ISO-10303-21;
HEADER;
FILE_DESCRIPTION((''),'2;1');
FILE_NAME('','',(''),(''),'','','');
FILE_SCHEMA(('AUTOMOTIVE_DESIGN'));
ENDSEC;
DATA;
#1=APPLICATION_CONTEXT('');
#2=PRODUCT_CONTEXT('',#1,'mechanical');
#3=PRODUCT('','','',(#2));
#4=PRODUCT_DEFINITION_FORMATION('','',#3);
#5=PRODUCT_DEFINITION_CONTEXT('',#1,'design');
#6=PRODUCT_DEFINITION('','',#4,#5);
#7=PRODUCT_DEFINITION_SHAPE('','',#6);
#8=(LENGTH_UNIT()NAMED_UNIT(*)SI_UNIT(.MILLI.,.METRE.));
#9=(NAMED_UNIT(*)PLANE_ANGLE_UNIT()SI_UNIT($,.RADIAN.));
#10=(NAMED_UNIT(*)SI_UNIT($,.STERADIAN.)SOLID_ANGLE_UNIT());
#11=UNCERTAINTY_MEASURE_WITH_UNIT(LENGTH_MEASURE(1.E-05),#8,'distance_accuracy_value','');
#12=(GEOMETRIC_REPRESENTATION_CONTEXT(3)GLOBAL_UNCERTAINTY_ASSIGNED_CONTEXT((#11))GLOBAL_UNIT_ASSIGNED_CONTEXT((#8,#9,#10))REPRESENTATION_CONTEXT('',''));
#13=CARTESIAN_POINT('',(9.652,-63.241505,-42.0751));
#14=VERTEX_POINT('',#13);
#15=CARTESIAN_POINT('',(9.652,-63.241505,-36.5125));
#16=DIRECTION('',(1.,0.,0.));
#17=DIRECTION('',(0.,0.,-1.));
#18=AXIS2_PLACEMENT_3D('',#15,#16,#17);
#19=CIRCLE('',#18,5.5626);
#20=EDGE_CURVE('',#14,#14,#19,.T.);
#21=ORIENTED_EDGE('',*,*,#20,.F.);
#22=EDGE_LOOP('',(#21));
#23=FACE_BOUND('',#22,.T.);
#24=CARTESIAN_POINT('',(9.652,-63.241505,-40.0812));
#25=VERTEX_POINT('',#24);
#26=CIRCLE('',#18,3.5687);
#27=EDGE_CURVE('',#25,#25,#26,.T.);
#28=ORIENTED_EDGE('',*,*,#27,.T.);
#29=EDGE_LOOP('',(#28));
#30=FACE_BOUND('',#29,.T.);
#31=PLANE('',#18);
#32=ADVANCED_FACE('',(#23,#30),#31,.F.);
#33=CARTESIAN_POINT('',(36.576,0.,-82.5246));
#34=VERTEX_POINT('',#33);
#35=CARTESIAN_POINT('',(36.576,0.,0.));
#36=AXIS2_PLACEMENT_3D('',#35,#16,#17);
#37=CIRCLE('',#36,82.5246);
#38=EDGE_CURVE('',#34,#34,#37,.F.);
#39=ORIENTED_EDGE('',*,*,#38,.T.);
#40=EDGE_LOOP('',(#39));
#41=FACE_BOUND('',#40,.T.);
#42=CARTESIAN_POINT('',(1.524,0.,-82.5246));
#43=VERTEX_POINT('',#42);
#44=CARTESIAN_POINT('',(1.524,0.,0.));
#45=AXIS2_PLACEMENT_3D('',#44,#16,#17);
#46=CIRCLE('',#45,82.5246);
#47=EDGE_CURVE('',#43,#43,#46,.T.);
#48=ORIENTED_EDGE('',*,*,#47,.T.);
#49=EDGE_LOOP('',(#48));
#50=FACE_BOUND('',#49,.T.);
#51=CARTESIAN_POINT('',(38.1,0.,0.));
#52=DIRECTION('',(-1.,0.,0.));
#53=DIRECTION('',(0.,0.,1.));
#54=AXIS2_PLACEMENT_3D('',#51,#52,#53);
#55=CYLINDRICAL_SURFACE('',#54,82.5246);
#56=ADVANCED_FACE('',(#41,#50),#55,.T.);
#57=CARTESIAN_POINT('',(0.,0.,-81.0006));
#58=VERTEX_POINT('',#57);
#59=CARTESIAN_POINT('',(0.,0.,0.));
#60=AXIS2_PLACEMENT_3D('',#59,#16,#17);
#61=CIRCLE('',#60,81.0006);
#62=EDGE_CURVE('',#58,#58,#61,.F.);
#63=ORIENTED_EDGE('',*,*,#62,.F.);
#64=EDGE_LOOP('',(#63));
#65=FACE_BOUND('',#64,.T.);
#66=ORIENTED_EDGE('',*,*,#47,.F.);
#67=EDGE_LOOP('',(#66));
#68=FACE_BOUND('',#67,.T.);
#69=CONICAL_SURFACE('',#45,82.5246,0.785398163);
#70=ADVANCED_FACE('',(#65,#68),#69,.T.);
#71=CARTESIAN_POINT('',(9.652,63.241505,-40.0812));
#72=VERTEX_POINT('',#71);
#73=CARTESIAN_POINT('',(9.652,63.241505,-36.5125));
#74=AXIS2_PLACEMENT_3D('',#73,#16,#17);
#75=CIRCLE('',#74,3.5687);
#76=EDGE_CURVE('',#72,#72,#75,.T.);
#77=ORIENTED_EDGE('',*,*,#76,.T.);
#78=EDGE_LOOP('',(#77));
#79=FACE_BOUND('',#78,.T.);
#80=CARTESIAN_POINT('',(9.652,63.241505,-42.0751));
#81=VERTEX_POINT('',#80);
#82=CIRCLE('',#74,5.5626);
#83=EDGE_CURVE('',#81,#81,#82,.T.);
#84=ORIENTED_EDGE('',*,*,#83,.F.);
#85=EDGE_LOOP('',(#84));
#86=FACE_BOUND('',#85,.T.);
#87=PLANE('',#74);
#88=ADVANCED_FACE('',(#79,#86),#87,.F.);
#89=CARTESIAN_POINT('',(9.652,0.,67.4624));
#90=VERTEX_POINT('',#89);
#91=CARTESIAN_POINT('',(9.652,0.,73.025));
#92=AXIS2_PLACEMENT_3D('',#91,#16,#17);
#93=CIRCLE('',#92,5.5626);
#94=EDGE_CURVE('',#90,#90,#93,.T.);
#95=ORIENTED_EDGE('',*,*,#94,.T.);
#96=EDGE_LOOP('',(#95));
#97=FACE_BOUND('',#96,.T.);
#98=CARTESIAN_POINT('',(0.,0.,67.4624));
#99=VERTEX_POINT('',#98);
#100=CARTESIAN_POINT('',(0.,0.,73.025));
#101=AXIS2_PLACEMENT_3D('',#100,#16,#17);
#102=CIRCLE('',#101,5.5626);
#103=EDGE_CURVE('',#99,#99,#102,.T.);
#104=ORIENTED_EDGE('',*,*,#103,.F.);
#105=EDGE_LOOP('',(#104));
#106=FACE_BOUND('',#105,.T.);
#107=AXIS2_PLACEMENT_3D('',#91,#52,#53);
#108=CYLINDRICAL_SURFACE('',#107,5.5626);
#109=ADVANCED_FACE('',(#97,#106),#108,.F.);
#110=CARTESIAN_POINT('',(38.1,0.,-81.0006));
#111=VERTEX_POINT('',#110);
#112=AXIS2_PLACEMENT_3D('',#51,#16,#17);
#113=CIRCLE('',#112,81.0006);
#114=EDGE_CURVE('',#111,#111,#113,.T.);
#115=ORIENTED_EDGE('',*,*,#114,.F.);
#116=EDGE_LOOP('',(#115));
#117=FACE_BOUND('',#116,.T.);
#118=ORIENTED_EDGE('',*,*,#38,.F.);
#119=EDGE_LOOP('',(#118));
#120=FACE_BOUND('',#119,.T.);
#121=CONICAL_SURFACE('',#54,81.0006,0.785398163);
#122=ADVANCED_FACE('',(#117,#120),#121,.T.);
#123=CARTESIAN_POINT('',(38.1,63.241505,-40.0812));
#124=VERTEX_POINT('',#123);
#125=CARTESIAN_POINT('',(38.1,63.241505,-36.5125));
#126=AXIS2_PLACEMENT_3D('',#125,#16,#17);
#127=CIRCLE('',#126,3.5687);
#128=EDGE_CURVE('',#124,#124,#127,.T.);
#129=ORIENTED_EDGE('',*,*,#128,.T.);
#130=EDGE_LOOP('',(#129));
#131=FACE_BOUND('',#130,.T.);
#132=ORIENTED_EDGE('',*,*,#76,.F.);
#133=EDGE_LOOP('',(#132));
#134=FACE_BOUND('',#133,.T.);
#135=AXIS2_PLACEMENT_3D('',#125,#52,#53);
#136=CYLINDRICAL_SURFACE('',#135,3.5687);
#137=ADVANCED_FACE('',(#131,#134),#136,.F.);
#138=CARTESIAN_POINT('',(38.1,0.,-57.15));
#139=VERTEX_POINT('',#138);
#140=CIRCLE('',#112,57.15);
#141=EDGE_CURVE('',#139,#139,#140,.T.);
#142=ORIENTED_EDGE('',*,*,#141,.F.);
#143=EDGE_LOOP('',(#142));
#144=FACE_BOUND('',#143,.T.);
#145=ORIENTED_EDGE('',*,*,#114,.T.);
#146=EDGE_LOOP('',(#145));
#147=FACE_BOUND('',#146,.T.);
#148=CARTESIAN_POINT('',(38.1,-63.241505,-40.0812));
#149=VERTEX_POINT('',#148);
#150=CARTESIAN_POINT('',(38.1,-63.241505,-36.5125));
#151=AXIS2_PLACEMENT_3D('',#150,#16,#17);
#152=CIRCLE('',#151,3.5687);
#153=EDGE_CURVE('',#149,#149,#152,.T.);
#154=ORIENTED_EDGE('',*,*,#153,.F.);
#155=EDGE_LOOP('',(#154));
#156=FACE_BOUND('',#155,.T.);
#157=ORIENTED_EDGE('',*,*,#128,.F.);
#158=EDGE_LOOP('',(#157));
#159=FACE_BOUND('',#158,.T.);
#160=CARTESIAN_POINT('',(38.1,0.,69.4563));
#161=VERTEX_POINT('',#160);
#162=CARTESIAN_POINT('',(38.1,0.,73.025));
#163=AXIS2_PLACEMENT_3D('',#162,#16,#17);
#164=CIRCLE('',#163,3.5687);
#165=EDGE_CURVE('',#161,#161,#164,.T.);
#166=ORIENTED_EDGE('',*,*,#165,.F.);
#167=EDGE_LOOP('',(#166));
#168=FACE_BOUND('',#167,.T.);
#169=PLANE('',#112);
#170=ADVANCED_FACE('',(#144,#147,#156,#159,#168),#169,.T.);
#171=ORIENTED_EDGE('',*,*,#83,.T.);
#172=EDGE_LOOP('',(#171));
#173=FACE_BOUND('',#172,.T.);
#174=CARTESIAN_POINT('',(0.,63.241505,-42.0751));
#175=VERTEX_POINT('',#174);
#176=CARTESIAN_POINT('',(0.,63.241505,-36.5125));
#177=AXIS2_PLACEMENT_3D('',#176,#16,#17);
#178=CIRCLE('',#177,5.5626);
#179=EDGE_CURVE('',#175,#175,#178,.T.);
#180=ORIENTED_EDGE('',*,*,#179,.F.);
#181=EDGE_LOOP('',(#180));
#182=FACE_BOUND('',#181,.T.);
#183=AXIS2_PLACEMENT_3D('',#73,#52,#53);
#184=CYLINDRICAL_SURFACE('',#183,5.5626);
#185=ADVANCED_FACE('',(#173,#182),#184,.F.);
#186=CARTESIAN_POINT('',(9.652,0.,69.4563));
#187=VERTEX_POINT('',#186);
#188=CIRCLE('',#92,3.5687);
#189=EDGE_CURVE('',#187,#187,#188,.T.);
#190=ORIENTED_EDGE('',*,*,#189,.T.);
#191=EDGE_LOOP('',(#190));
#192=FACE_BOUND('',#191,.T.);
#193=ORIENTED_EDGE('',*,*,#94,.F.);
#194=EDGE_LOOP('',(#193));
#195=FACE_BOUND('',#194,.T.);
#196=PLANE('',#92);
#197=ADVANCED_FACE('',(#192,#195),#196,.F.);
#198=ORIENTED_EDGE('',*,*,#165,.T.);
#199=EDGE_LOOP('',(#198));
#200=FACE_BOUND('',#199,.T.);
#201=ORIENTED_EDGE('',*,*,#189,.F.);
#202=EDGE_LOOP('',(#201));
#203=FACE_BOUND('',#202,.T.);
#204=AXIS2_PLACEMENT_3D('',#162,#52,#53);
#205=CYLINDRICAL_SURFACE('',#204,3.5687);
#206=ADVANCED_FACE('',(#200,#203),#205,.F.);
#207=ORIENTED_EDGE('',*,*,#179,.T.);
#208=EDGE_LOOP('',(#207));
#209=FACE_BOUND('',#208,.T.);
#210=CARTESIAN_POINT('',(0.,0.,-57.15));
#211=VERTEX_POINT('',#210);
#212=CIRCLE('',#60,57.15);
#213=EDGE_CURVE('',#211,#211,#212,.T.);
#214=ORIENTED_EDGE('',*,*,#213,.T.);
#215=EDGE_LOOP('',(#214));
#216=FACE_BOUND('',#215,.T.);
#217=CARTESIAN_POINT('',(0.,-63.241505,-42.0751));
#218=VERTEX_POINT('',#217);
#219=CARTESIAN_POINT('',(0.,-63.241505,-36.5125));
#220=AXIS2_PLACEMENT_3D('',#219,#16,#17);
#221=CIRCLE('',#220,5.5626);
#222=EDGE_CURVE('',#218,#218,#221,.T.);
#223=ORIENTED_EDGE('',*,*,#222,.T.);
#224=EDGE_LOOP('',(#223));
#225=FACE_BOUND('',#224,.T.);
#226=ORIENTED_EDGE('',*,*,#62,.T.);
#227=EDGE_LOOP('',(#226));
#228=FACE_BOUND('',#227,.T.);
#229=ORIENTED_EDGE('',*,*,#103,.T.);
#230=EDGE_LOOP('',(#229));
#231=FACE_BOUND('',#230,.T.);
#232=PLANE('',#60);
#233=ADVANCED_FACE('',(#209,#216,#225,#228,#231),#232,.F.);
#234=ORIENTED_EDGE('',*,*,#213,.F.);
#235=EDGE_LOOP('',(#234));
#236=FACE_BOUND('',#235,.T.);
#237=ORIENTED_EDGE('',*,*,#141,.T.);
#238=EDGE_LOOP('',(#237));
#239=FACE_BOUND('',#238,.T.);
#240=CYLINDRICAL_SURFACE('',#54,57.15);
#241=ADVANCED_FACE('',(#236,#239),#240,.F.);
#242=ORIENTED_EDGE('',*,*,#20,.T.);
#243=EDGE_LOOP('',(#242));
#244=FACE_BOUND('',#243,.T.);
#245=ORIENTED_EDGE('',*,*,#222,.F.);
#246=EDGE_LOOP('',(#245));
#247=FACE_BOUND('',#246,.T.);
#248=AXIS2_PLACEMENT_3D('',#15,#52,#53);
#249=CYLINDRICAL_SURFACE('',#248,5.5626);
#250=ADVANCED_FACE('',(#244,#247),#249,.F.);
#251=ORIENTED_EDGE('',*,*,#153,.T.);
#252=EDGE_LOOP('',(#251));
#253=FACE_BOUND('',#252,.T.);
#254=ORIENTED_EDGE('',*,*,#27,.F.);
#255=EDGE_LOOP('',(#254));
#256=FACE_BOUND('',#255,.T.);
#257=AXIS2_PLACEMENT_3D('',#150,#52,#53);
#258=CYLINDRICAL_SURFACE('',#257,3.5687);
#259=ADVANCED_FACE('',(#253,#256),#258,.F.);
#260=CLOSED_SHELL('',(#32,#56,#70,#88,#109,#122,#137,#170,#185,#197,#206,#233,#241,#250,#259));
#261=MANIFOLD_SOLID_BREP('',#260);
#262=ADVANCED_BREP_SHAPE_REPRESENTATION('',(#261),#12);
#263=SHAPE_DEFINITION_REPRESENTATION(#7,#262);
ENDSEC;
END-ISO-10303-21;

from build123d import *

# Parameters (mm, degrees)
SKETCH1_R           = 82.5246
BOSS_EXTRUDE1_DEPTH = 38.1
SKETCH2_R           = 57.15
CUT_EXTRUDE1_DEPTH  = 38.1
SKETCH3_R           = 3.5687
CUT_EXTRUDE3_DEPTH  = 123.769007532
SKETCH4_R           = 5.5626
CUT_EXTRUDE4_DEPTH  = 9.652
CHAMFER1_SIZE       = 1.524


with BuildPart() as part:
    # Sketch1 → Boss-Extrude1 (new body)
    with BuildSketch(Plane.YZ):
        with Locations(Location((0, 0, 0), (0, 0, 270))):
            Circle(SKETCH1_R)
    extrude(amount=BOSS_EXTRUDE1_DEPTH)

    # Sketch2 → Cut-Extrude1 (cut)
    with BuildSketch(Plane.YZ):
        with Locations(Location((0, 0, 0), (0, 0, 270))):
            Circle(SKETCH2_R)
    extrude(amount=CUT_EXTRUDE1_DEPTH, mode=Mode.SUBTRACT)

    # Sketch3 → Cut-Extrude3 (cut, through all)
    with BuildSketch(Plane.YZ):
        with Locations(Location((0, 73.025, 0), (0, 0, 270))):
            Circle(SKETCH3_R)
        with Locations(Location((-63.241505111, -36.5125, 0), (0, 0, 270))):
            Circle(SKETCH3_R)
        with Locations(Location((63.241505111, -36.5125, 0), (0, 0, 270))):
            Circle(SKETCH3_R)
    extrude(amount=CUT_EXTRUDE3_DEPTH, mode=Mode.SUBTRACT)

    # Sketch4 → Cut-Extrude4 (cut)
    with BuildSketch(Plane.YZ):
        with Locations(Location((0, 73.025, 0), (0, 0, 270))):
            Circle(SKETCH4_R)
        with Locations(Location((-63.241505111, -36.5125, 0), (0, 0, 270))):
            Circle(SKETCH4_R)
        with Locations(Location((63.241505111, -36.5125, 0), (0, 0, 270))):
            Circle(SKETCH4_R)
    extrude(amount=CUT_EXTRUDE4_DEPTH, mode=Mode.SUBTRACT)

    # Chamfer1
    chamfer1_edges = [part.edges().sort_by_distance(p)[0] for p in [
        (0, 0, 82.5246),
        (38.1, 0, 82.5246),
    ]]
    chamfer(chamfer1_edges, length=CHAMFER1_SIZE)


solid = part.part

# Instructions for the task
Among the entries above, copy exactly only the lines starting with the one containing "#126=AXIS2_PLACEMENT_3D('',#125,#16,#17);" and going through the one containing "#134=FACE_BOUND('',#133,.T.);", both ends included.

# Written answer
#126=AXIS2_PLACEMENT_3D('',#125,#16,#17);
#127=CIRCLE('',#126,3.5687);
#128=EDGE_CURVE('',#124,#124,#127,.T.);
#129=ORIENTED_EDGE('',*,*,#128,.T.);
#130=EDGE_LOOP('',(#129));
#131=FACE_BOUND('',#130,.T.);
#132=ORIENTED_EDGE('',*,*,#76,.F.);
#133=EDGE_LOOP('',(#132));
#134=FACE_BOUND('',#133,.T.);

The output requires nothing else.